What you need to do
Go to the line that contains "#34=FACE_BOUND('',#33,.F.);" and transcribe from there to the end of the entries, that line and the last one included.

===== Data for review =====

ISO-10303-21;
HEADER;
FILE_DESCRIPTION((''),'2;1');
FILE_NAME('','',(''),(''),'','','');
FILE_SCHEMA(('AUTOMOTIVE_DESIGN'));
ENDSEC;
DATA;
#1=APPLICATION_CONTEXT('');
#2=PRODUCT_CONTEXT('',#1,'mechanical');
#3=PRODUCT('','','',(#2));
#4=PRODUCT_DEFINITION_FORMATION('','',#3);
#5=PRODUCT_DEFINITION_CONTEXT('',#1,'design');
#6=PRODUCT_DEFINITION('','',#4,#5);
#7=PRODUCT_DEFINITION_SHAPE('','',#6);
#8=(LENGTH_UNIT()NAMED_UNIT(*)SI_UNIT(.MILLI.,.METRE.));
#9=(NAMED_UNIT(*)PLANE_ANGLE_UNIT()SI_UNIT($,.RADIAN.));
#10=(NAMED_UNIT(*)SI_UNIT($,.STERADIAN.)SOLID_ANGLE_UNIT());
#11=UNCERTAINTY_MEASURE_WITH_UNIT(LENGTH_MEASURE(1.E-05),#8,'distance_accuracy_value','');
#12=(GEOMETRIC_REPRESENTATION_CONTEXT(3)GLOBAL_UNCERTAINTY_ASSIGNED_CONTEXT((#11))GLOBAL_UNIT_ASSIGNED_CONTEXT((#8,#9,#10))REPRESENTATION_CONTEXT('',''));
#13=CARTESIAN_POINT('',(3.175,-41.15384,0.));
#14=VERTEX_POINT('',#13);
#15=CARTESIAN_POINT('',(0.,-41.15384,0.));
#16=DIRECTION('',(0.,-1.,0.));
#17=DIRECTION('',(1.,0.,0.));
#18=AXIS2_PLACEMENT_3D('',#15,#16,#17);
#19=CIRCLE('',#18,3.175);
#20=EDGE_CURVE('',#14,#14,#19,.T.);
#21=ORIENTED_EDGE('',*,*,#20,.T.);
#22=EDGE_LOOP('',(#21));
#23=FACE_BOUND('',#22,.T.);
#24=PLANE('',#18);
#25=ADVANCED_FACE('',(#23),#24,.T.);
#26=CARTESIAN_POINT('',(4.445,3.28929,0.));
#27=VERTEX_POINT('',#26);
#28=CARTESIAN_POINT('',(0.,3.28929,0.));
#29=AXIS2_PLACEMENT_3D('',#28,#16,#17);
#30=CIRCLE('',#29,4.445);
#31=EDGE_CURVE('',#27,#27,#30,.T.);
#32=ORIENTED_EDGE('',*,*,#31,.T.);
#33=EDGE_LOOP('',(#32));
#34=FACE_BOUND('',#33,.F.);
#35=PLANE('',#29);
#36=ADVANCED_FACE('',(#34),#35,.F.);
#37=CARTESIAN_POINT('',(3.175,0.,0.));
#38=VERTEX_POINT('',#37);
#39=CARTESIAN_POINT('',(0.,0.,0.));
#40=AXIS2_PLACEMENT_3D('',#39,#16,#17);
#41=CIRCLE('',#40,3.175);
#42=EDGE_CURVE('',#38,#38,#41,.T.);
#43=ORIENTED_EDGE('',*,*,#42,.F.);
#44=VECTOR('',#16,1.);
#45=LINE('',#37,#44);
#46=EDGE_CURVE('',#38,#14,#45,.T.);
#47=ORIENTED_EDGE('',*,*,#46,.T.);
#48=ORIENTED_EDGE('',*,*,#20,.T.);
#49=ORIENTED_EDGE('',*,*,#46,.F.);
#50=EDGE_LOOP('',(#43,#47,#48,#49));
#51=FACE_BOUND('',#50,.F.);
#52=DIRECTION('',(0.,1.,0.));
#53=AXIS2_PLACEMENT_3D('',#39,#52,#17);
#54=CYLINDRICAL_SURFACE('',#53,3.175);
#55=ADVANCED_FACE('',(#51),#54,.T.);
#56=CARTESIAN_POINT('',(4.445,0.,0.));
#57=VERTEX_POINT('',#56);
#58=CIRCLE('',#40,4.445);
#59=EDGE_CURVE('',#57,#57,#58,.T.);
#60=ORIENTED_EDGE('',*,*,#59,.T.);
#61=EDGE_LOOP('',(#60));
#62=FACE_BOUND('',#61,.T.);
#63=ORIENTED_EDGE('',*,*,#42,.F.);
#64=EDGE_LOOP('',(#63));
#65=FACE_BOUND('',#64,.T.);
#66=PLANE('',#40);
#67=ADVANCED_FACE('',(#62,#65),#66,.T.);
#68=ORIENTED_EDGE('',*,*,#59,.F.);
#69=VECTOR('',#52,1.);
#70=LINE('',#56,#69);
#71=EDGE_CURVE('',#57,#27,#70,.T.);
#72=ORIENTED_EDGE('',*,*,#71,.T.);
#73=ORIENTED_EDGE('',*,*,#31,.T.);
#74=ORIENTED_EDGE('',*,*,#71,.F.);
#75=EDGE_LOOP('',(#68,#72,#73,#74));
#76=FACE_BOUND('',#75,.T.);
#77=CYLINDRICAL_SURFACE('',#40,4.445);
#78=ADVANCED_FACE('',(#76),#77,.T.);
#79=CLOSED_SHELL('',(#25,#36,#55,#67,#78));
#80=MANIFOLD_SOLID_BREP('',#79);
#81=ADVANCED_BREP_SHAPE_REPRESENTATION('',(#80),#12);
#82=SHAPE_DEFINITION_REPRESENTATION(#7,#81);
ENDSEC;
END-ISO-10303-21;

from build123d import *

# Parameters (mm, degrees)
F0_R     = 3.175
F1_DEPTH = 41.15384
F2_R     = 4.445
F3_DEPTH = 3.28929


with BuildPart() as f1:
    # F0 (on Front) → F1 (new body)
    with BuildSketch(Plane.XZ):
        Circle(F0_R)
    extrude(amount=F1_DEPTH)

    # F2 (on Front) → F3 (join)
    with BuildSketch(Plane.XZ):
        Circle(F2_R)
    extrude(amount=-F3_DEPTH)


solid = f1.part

=====

Reply to the task
#34=FACE_BOUND('',#33,.F.);
#35=PLANE('',#29);
#36=ADVANCED_FACE('',(#34),#35,.F.);
#37=CARTESIAN_POINT('',(3.175,0.,0.));
#38=VERTEX_POINT('',#37);
#39=CARTESIAN_POINT('',(0.,0.,0.));
#40=AXIS2_PLACEMENT_3D('',#39,#16,#17);
#41=CIRCLE('',#40,3.175);
#42=EDGE_CURVE('',#38,#38,#41,.T.);
#43=ORIENTED_EDGE('',*,*,#42,.F.);
#44=VECTOR('',#16,1.);
#45=LINE('',#37,#44);
#46=EDGE_CURVE('',#38,#14,#45,.T.);
#47=ORIENTED_EDGE('',*,*,#46,.T.);
#48=ORIENTED_EDGE('',*,*,#20,.T.);
#49=ORIENTED_EDGE('',*,*,#46,.F.);
#50=EDGE_LOOP('',(#43,#47,#48,#49));
#51=FACE_BOUND('',#50,.F.);
#52=DIRECTION('',(0.,1.,0.));
#53=AXIS2_PLACEMENT_3D('',#39,#52,#17);
#54=CYLINDRICAL_SURFACE('',#53,3.175);
#55=ADVANCED_FACE('',(#51),#54,.T.);
#56=CARTESIAN_POINT('',(4.445,0.,0.));
#57=VERTEX_POINT('',#56);
#58=CIRCLE('',#40,4.445);
#59=EDGE_CURVE('',#57,#57,#58,.T.);
#60=ORIENTED_EDGE('',*,*,#59,.T.);
#61=EDGE_LOOP('',(#60));
#62=FACE_BOUND('',#61,.T.);
#63=ORIENTED_EDGE('',*,*,#42,.F.);
#64=EDGE_LOOP('',(#63));
#65=FACE_BOUND('',#64,.T.);
#66=PLANE('',#40);
#67=ADVANCED_FACE('',(#62,#65),#66,.T.);
#68=ORIENTED_EDGE('',*,*,#59,.F.);
#69=VECTOR('',#52,1.);
#70=LINE('',#56,#69);
#71=EDGE_CURVE('',#57,#27,#70,.T.);
#72=ORIENTED_EDGE('',*,*,#71,.T.);
#73=ORIENTED_EDGE('',*,*,#31,.T.);
#74=ORIENTED_EDGE('',*,*,#71,.F.);
#75=EDGE_LOOP('',(#68,#72,#73,#74));
#76=FACE_BOUND('',#75,.T.);
#77=CYLINDRICAL_SURFACE('',#40,4.445);
#78=ADVANCED_FACE('',(#76),#77,.T.);
#79=CLOSED_SHELL('',(#25,#36,#55,#67,#78));
#80=MANIFOLD_SOLID_BREP('',#79);
#81=ADVANCED_BREP_SHAPE_REPRESENTATION('',(#80),#12);
#82=SHAPE_DEFINITION_REPRESENTATION(#7,#81);
ENDSEC;
END-ISO-10303-21;

from build123d import *

# Parameters (mm, degrees)
F0_R     = 3.175
F1_DEPTH = 41.15384
F2_R     = 4.445
F3_DEPTH = 3.28929


with BuildPart() as f1:
    # F0 (on Front) → F1 (new body)
    with BuildSketch(Plane.XZ):
        Circle(F0_R)
    extrude(amount=F1_DEPTH)

    # F2 (on Front) → F3 (join)
    with BuildSketch(Plane.XZ):
        Circle(F2_R)
    extrude(amount=-F3_DEPTH)


solid = f1.part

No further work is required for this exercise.